Description of 14 cases of COVID-19 patients with vascular dermatological lesions. These symptoms started a few days after the general clinical signs of the infection and up to 21 days. Inflammatory lesions were reported in 50% of these patients with 4 rash, 2 chickenpox-like vesicles, and cold urticaria. The other 50% were vascular lesions including a purplish macule with porcelain appearance, a livedo, non-necrotic purpura, necrotic purpura, frostbite with Raynaud's syndrome, frostbite alone and a cherry-colored eruptive angioma.
In addition, 40 patients presented with frostbite but were negative for COVID-19 or could not be tested.
The pathophysiology is still uncertain but could be linked to immune dysregulation, vasculitis, microvessel thrombosis, or neoangiogenesis.
Dermatological and vascular lesions are possible in the context of a COVID-19 infection with, in particular, rashes, purpuras, or frostbites. They appear after the onset of general symptoms of the infection and up to potentially 21 days later.
However, further studies are necessary to determine the prevalence of these symptoms, their impact on the prognosis and their pathophysiological origin.
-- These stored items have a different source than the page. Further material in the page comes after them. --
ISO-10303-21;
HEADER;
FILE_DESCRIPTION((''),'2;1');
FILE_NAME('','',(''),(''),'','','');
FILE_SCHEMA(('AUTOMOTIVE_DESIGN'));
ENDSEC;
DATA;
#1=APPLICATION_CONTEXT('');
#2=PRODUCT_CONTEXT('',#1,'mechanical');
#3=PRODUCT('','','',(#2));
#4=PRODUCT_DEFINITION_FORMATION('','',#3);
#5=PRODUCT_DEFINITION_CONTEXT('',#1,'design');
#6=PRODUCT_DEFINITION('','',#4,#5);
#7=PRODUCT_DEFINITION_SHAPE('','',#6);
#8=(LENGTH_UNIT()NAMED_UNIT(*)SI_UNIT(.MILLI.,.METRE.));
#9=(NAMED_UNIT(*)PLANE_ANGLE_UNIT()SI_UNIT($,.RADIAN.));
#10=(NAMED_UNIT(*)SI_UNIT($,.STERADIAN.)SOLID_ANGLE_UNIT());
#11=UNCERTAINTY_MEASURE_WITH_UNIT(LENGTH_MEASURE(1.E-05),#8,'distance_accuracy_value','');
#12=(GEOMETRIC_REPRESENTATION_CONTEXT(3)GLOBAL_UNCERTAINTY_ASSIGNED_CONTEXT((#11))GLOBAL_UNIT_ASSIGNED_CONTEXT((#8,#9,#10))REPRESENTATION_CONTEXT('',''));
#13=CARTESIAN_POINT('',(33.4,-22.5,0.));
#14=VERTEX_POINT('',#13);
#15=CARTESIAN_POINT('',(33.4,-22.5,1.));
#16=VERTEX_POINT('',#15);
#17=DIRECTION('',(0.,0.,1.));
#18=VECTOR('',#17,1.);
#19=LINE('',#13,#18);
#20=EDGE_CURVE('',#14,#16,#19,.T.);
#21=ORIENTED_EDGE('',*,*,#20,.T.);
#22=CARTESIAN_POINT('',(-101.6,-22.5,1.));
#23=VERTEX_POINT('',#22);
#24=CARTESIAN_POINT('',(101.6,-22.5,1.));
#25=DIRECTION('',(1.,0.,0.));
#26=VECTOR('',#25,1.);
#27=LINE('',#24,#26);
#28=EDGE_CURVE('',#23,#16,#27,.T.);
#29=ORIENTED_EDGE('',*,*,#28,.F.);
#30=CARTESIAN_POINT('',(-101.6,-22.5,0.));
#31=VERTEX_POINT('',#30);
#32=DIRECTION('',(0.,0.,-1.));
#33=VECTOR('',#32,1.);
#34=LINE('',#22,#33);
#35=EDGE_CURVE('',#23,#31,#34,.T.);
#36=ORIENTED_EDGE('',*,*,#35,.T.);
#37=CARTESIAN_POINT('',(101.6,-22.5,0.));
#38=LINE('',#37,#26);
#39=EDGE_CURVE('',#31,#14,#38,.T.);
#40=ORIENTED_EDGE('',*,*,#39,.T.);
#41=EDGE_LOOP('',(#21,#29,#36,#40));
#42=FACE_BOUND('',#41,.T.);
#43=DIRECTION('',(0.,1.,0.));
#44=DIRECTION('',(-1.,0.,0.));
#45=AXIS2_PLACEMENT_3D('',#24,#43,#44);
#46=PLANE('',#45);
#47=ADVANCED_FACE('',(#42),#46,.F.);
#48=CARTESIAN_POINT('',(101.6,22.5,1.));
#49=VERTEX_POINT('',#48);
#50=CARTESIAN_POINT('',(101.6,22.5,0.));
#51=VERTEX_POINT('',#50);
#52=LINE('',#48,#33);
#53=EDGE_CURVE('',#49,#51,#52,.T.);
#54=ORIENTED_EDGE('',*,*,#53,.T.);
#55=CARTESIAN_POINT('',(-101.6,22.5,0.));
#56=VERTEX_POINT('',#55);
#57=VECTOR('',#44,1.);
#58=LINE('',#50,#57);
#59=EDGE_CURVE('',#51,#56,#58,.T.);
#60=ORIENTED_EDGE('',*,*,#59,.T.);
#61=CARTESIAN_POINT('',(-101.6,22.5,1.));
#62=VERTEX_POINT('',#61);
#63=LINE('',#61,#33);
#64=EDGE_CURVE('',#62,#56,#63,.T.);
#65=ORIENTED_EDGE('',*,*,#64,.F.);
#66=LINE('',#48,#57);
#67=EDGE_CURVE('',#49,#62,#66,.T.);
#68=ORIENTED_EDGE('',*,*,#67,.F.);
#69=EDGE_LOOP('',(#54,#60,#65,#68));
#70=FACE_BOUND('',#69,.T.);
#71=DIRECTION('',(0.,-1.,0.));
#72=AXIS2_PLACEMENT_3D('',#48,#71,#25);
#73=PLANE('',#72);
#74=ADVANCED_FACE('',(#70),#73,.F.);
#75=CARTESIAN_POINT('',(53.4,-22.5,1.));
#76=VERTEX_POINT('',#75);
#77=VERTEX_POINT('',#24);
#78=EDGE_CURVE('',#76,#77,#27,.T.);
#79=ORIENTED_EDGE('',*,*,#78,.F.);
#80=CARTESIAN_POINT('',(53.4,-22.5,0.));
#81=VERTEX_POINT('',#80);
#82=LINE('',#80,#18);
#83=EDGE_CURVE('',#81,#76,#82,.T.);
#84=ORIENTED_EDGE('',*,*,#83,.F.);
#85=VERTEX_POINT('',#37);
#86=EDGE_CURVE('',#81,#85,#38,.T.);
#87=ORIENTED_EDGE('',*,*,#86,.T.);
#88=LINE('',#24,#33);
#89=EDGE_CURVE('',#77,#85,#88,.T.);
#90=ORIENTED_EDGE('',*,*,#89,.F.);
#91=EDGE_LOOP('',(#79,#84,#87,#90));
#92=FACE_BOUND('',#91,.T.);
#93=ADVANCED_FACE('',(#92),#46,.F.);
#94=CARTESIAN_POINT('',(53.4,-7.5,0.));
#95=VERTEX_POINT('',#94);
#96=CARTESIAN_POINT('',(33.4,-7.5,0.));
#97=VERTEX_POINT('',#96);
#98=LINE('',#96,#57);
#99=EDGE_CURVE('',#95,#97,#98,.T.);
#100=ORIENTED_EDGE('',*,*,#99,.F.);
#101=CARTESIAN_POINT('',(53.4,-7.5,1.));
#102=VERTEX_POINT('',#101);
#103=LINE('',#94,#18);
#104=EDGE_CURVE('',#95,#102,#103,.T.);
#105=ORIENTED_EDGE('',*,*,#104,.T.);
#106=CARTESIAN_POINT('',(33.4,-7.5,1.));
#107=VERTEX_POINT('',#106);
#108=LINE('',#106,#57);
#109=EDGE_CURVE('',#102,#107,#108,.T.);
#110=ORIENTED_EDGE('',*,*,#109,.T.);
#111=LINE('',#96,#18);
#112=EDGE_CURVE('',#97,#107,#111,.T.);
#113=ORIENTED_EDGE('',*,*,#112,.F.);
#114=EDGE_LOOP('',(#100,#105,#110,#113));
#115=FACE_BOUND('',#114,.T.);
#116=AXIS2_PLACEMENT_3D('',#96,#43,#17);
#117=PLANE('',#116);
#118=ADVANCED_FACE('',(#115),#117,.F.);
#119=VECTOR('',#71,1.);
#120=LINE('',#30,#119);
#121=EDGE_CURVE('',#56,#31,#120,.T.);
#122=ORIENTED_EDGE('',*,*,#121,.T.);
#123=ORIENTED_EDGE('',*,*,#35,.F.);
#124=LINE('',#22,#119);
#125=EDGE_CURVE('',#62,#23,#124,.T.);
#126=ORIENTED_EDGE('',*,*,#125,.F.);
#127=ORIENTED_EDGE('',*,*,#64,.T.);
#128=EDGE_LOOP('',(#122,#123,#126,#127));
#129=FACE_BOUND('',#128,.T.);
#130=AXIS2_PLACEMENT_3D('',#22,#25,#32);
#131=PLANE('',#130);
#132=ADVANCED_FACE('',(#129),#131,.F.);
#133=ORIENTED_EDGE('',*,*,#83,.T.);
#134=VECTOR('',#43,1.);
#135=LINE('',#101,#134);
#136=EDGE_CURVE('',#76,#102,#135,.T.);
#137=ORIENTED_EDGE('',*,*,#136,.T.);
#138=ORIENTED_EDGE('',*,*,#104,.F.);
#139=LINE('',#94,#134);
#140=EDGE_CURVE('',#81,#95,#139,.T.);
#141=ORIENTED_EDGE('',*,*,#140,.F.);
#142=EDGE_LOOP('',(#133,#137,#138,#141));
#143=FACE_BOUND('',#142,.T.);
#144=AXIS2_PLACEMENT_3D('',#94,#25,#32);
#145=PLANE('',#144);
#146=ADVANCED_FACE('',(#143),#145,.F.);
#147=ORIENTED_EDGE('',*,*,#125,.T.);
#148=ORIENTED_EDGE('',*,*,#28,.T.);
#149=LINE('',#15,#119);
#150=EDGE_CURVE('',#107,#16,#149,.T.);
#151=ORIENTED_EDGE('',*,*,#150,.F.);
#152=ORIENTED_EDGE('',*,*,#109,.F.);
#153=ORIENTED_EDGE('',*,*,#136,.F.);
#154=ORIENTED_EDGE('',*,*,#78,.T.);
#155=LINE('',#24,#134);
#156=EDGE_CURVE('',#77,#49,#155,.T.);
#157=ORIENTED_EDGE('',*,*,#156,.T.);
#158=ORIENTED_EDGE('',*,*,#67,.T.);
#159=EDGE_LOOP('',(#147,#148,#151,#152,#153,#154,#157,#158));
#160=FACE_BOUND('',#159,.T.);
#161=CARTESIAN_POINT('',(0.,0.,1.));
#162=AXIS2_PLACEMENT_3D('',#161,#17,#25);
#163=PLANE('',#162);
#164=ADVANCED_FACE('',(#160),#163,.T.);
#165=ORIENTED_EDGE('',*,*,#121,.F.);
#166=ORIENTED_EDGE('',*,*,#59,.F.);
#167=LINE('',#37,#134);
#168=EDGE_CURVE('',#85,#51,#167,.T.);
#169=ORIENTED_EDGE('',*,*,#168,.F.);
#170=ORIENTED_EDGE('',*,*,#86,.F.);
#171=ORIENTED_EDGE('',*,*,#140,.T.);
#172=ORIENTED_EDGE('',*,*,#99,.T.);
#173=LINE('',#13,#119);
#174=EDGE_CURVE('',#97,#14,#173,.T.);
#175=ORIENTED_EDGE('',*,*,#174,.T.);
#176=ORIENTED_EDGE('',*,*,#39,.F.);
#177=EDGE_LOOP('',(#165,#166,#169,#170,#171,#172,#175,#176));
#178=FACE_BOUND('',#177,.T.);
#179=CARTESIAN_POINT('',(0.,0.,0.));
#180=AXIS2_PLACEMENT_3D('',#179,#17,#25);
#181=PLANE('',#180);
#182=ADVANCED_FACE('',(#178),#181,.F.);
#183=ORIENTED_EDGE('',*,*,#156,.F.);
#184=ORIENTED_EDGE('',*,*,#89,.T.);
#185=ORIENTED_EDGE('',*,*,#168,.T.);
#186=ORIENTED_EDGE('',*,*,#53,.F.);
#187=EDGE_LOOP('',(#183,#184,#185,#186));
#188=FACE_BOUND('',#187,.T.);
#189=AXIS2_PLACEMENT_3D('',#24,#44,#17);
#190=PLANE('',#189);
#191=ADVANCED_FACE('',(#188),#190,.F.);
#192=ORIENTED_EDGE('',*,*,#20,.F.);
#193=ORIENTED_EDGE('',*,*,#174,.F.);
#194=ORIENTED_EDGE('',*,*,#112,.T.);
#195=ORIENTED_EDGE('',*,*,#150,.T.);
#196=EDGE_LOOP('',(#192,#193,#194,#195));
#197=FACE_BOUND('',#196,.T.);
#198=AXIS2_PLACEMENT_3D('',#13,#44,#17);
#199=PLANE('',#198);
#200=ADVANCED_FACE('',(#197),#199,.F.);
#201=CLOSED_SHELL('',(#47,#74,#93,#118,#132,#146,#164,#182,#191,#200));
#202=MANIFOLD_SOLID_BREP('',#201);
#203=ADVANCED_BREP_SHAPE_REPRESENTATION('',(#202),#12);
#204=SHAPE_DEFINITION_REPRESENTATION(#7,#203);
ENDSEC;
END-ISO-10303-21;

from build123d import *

# Parameters (mm, degrees)
SKETCH1_W           = 203.2
SKETCH1_H           = 45
BOSS_EXTRUDE1_DEPTH = 1
SKETCH2_W           = 20
SKETCH2_H           = 15
CUT_EXTRUDE1_DEPTH  = 1


with BuildPart() as part:
    # Sketch1 → Boss-Extrude1 (new body)
    with BuildSketch(Plane.XY):
        Rectangle(SKETCH1_W, SKETCH1_H)
    extrude(amount=BOSS_EXTRUDE1_DEPTH)

    # Sketch2 → Cut-Extrude1 (cut)
    with BuildSketch(Plane.XY.offset(1)):
        with Locations((43.4, -15)):
            Rectangle(SKETCH2_W, SKETCH2_H)
    extrude(amount=-CUT_EXTRUDE1_DEPTH, mode=Mode.SUBTRACT)


solid = part.part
- Based on the description of only 14 cases
- Impossible to conclude on the prevalence of these lesions
- Declarative data
- No information on the clinical characteristics of the patients or the outcomes
French national retrospective observational study carried out by private dermatologists and in 2 Parisian hospitals at the end of March beginning of April.
Collection of declarative data via in the society of dermatology and verification of the positivity of the infection by PCR on nasopharyngeal samples.